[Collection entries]
* * *

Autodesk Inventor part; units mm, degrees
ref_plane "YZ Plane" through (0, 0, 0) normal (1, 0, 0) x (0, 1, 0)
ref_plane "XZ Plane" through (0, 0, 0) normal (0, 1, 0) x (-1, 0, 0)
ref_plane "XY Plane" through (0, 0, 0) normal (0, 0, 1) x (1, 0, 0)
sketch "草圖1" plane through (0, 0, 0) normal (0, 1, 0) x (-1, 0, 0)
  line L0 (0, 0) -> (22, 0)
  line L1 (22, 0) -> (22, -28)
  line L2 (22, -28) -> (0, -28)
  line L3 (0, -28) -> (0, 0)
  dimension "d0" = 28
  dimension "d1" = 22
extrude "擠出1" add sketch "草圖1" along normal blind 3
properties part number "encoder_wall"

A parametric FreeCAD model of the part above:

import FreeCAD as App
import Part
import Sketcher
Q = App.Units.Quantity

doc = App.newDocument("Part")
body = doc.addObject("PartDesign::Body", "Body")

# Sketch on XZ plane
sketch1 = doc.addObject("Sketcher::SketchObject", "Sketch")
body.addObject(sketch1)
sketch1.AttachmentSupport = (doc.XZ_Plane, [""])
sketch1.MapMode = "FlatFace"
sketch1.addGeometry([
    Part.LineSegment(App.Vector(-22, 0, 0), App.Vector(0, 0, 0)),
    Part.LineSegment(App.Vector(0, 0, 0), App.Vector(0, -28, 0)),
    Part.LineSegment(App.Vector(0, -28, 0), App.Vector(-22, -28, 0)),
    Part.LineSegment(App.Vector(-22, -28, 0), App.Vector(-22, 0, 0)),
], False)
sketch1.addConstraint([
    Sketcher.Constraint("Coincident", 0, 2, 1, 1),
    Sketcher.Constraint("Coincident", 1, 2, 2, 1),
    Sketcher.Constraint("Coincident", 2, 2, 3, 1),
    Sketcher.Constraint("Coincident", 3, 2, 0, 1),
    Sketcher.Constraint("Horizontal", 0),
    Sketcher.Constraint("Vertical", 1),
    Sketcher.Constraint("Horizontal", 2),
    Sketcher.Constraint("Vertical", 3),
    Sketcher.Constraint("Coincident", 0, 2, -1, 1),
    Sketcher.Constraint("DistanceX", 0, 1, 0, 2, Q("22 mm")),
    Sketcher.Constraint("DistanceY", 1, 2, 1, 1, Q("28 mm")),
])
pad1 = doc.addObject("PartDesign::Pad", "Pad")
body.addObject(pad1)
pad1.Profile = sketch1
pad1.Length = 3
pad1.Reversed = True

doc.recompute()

* * *

■ Task description
The records above are to be output in full and without error.

■ Result of this task
Autodesk Inventor part; units mm, degrees
ref_plane "YZ Plane" through (0, 0, 0) normal (1, 0, 0) x (0, 1, 0)
ref_plane "XZ Plane" through (0, 0, 0) normal (0, 1, 0) x (-1, 0, 0)
ref_plane "XY Plane" through (0, 0, 0) normal (0, 0, 1) x (1, 0, 0)
sketch "草圖1" plane through (0, 0, 0) normal (0, 1, 0) x (-1, 0, 0)
  line L0 (0, 0) -> (22, 0)
  line L1 (22, 0) -> (22, -28)
  line L2 (22, -28) -> (0, -28)
  line L3 (0, -28) -> (0, 0)
  dimension "d0" = 28
  dimension "d1" = 22
extrude "擠出1" add sketch "草圖1" along normal blind 3
properties part number "encoder_wall"

A parametric FreeCAD model of the part above:

import FreeCAD as App
import Part
import Sketcher
Q = App.Units.Quantity

doc = App.newDocument("Part")
body = doc.addObject("PartDesign::Body", "Body")

# Sketch on XZ plane
sketch1 = doc.addObject("Sketcher::SketchObject", "Sketch")
body.addObject(sketch1)
sketch1.AttachmentSupport = (doc.XZ_Plane, [""])
sketch1.MapMode = "FlatFace"
sketch1.addGeometry([
    Part.LineSegment(App.Vector(-22, 0, 0), App.Vector(0, 0, 0)),
    Part.LineSegment(App.Vector(0, 0, 0), App.Vector(0, -28, 0)),
    Part.LineSegment(App.Vector(0, -28, 0), App.Vector(-22, -28, 0)),
    Part.LineSegment(App.Vector(-22, -28, 0), App.Vector(-22, 0, 0)),
], False)
sketch1.addConstraint([
    Sketcher.Constraint("Coincident", 0, 2, 1, 1),
    Sketcher.Constraint("Coincident", 1, 2, 2, 1),
    Sketcher.Constraint("Coincident", 2, 2, 3, 1),
    Sketcher.Constraint("Coincident", 3, 2, 0, 1),
    Sketcher.Constraint("Horizontal", 0),
    Sketcher.Constraint("Vertical", 1),
    Sketcher.Constraint("Horizontal", 2),
    Sketcher.Constraint("Vertical", 3),
    Sketcher.Constraint("Coincident", 0, 2, -1, 1),
    Sketcher.Constraint("DistanceX", 0, 1, 0, 2, Q("22 mm")),
    Sketcher.Constraint("DistanceY", 1, 2, 1, 1, Q("28 mm")),
])
pad1 = doc.addObject("PartDesign::Pad", "Pad")
body.addObject(pad1)
pad1.Profile = sketch1
pad1.Length = 3
pad1.Reversed = True

doc.recompute()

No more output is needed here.